Leader of the Official Opposition in Alberta
- In office March 15, 2001 – March 26, 2004
- Preceded by: Nancy MacBeth
- Succeeded by: Kevin Taft

Leader of the Alberta Liberal Party
- In office 2001–2004
- Preceded by: Nancy MacBeth
- Succeeded by: Don Massey (interim)

MLA for Lethbridge East
- In office June 15, 1993 – 2004
- Preceded by: Archibald D. Johnston
- Succeeded by: Bridget Pastoor

Personal details
- Born: May 3, 1944 (age 81) Lethbridge, Alberta
- Party: Alberta Liberal Party
- Profession: Academic

= Ken Nicol (politician) =

Canadian politician and academic

Ken Nicol (born May 3, 1944) is a Canadian politician and academic.
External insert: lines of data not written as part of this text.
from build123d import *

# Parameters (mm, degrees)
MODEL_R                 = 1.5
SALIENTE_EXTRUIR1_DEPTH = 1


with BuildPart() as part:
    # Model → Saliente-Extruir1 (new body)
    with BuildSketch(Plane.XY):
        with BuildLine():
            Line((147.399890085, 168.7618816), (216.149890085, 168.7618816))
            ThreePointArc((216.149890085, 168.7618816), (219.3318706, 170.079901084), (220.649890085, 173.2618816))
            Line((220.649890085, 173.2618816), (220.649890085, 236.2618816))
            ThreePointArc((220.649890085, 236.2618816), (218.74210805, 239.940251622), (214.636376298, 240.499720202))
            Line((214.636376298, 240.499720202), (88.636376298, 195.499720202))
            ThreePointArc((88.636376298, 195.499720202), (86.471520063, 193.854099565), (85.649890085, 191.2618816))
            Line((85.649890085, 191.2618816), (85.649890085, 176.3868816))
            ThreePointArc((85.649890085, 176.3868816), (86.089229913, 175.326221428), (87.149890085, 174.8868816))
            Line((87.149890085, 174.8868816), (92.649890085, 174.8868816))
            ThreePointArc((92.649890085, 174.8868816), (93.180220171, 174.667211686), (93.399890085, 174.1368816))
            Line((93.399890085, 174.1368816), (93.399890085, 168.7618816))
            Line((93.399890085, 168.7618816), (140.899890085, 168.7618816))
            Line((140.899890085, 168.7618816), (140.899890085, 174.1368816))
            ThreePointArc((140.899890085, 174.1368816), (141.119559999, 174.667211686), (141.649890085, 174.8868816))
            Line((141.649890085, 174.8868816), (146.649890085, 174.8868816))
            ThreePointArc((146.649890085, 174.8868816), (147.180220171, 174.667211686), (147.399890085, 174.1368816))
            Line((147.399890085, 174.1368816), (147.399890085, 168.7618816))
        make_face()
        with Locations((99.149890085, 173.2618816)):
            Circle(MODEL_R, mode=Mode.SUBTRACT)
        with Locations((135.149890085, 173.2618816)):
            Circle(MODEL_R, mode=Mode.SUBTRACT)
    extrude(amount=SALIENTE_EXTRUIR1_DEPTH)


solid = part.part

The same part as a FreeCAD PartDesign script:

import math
import FreeCAD as App
import Part
import Sketcher

V = App.Vector
Q = App.Units.Quantity

doc = App.newDocument("Part")
body = doc.addObject("PartDesign::Body", "Body")

# Sketch on XY plane
sketch1 = doc.addObject("Sketcher::SketchObject", "Sketch")
body.addObject(sketch1)
sketch1.AttachmentSupport = (doc.XY_Plane, [""])
sketch1.MapMode = "FlatFace"
sketch1.addGeometry(Part.LineSegment(V(147.39989, 168.761882, 0), V(216.14989, 168.761882, 0)), False)
sketch1.addGeometry(Part.ArcOfCircle(Part.Circle(V(216.14989, 173.261882, 0), V(0, 0, 1), 4.5), math.radians(-90), math.radians(0)), False)
sketch1.addGeometry(Part.LineSegment(V(220.64989, 173.261882, 0), V(220.64989, 236.261882, 0)), False)
sketch1.addGeometry(Part.ArcOfCircle(Part.Circle(V(216.14989, 236.261882, 0), V(0, 0, 1), 4.5), math.radians(0), math.radians(109.653824)), False)
sketch1.addGeometry(Part.LineSegment(V(214.636376, 240.49972, 0), V(88.636376, 195.49972, 0)), False)
sketch1.addGeometry(Part.ArcOfCircle(Part.Circle(V(90.14989, 191.261882, 0), V(0, 0, 1), 4.5), math.radians(109.653824), math.radians(180)), False)
sketch1.addGeometry(Part.LineSegment(V(85.64989, 191.261882, 0), V(85.64989, 176.386882, 0)), False)
sketch1.addGeometry(Part.ArcOfCircle(Part.Circle(V(87.14989, 176.386882, 0), V(0, 0, 1), 1.5), math.radians(180), math.radians(270)), False)
sketch1.addGeometry(Part.LineSegment(V(87.14989, 174.886882, 0), V(92.64989, 174.886882, 0)), False)
sketch1.addGeometry(Part.ArcOfCircle(Part.Circle(V(92.64989, 174.136882, 0), V(0, 0, 1), 0.75), math.radians(0), math.radians(90)), False)
sketch1.addGeometry(Part.LineSegment(V(93.39989, 174.136882, 0), V(93.39989, 168.761882, 0)), False)
sketch1.addGeometry(Part.LineSegment(V(93.39989, 168.761882, 0), V(140.89989, 168.761882, 0)), False)
sketch1.addGeometry(Part.LineSegment(V(140.89989, 168.761882, 0), V(140.89989, 174.136882, 0)), False)
sketch1.addGeometry(Part.ArcOfCircle(Part.Circle(V(141.64989, 174.136882, 0), V(0, 0, 1), 0.75), math.radians(90), math.radians(180)), False)
sketch1.addGeometry(Part.LineSegment(V(141.64989, 174.886882, 0), V(146.64989, 174.886882, 0)), False)
sketch1.addGeometry(Part.ArcOfCircle(Part.Circle(V(146.64989, 174.136882, 0), V(0, 0, 1), 0.75), math.radians(0), math.radians(90)), False)
sketch1.addGeometry(Part.LineSegment(V(147.39989, 174.136882, 0), V(147.39989, 168.761882, 0)), False)
sketch1.addGeometry(Part.Circle(V(99.14989, 173.261882, 0), V(0, 0, 1), 1.5), False)
sketch1.addGeometry(Part.Circle(V(135.14989, 173.261882, 0), V(0, 0, 1), 1.5), False)
sketch1.addConstraint(Sketcher.Constraint("Tangent", 0, 2, 1, 1))
sketch1.addConstraint(Sketcher.Constraint("Tangent", 1, 2, 2, 1))
sketch1.addConstraint(Sketcher.Constraint("Tangent", 2, 2, 3, 1))
sketch1.addConstraint(Sketcher.Constraint("Tangent", 3, 2, 4, 1))
sketch1.addConstraint(Sketcher.Constraint("Tangent", 4, 2, 5, 1))
sketch1.addConstraint(Sketcher.Constraint("Tangent", 5, 2, 6, 1))
sketch1.addConstraint(Sketcher.Constraint("Tangent", 6, 2, 7, 1))
sketch1.addConstraint(Sketcher.Constraint("Tangent", 7, 2, 8, 1))
sketch1.addConstraint(Sketcher.Constraint("Tangent", 8, 2, 9, 2))
sketch1.addConstraint(Sketcher.Constraint("Tangent", 9, 1, 10, 1))
sketch1.addConstraint(Sketcher.Constraint("Coincident", 10, 2, 11, 1))
sketch1.addConstraint(Sketcher.Constraint("Coincident", 11, 2, 12, 1))
sketch1.addConstraint(Sketcher.Constraint("Tangent", 12, 2, 13, 2))
sketch1.addConstraint(Sketcher.Constraint("Tangent", 13, 1, 14, 1))
sketch1.addConstraint(Sketcher.Constraint("Tangent", 14, 2, 15, 2))
sketch1.addConstraint(Sketcher.Constraint("Tangent", 15, 1, 16, 1))
sketch1.addConstraint(Sketcher.Constraint("Coincident", 16, 2, 0, 1))
sketch1.addConstraint(Sketcher.Constraint("Horizontal", 0))
sketch1.addConstraint(Sketcher.Constraint("Vertical", 2))
sketch1.addConstraint(Sketcher.Constraint("Vertical", 6))
sketch1.addConstraint(Sketcher.Constraint("Horizontal", 8))
sketch1.addConstraint(Sketcher.Constraint("Vertical", 10))
sketch1.addConstraint(Sketcher.Constraint("Horizontal", 11))
sketch1.addConstraint(Sketcher.Constraint("Vertical", 12))
sketch1.addConstraint(Sketcher.Constraint("Horizontal", 14))
sketch1.addConstraint(Sketcher.Constraint("Vertical", 16))
sketch1.addConstraint(Sketcher.Constraint("Equal", 1, 3))
sketch1.addConstraint(Sketcher.Constraint("Equal", 3, 5))
sketch1.addConstraint(Sketcher.Constraint("Equal", 9, 13))
sketch1.addConstraint(Sketcher.Constraint("Equal", 13, 15))
sketch1.addConstraint(Sketcher.Constraint("Equal", 7, 17))
sketch1.addConstraint(Sketcher.Constraint("Equal", 17, 18))
sketch1.addConstraint(Sketcher.Constraint("Horizontal", 9, 3, 13, 3))
sketch1.addConstraint(Sketcher.Constraint("Horizontal", 1, 3, 17, 3))
sketch1.addConstraint(Sketcher.Constraint("Horizontal", 17, 3, 18, 3))
sketch1.addConstraint(Sketcher.Constraint("Horizontal", 0, 2, 10, 2))
sketch1.addConstraint(Sketcher.Constraint("Diameter", 17, Q("3 mm")))
sketch1.addConstraint(Sketcher.Constraint("Radius", 1, Q("4.5 mm")))
sketch1.addConstraint(Sketcher.Constraint("DistanceX", 14, 1, 14, 2, Q("5 mm")))
sketch1.addConstraint(Sketcher.Constraint("DistanceY", 2, 1, 2, 2, Q("63 mm")))
sketch1.addConstraint(Sketcher.Constraint("Radius", 9, Q("0.75 mm")))
sketch1.addConstraint(Sketcher.Constraint("DistanceX", 8, 1, 8, 2, Q("5.5 mm")))
sketch1.addConstraint(Sketcher.Constraint("DistanceX", 11, 1, 11, 2, Q("47.5 mm")))
sketch1.addConstraint(Sketcher.Constraint("DistanceX", 5, 3, 1, 3, Q("126 mm")))
sketch1.addConstraint(Sketcher.Constraint("DistanceY", 1, 3, 5, 3, Q("18 mm")))
sketch1.addConstraint(Sketcher.Constraint("DistanceX", 7, 3, 17, 3, Q("12 mm")))
sketch1.addConstraint(Sketcher.Constraint("DistanceX", 17, 3, 18, 3, Q("36 mm")))
sketch1.addConstraint(Sketcher.Constraint("DistanceY", 6, 2, 6, 1, Q("14.875 mm")))
sketch1.addConstraint(Sketcher.Constraint("DistanceX", -1, 1, 1, 3, Q("216.14989 mm")))
sketch1.addConstraint(Sketcher.Constraint("DistanceY", -1, 1, 1, 3, Q("173.261882 mm")))
pad1 = doc.addObject("PartDesign::Pad", "Pad")
body.addObject(pad1)
pad1.Profile = sketch1
pad1.Length = 1

doc.recompute()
He served as the MLA for Lethbridge-East from 1993 to 2004. During his final three years, he was the leader of the Alberta Liberal Party, and leader of the official opposition in the Legislative Assembly of Alberta. He was credited with bringing a more conciliatory approach in the legislature, different from his predecessor Nancy MacBeth, however his soft-spoken nature did not help the party rise in polls.

He left provincial politics to run for the federal Liberals in the riding of Lethbridge in 2004, but lost in a landslide to incumbent Rick Casson.

Nicol is currently an associate professor at the University of Lethbridge.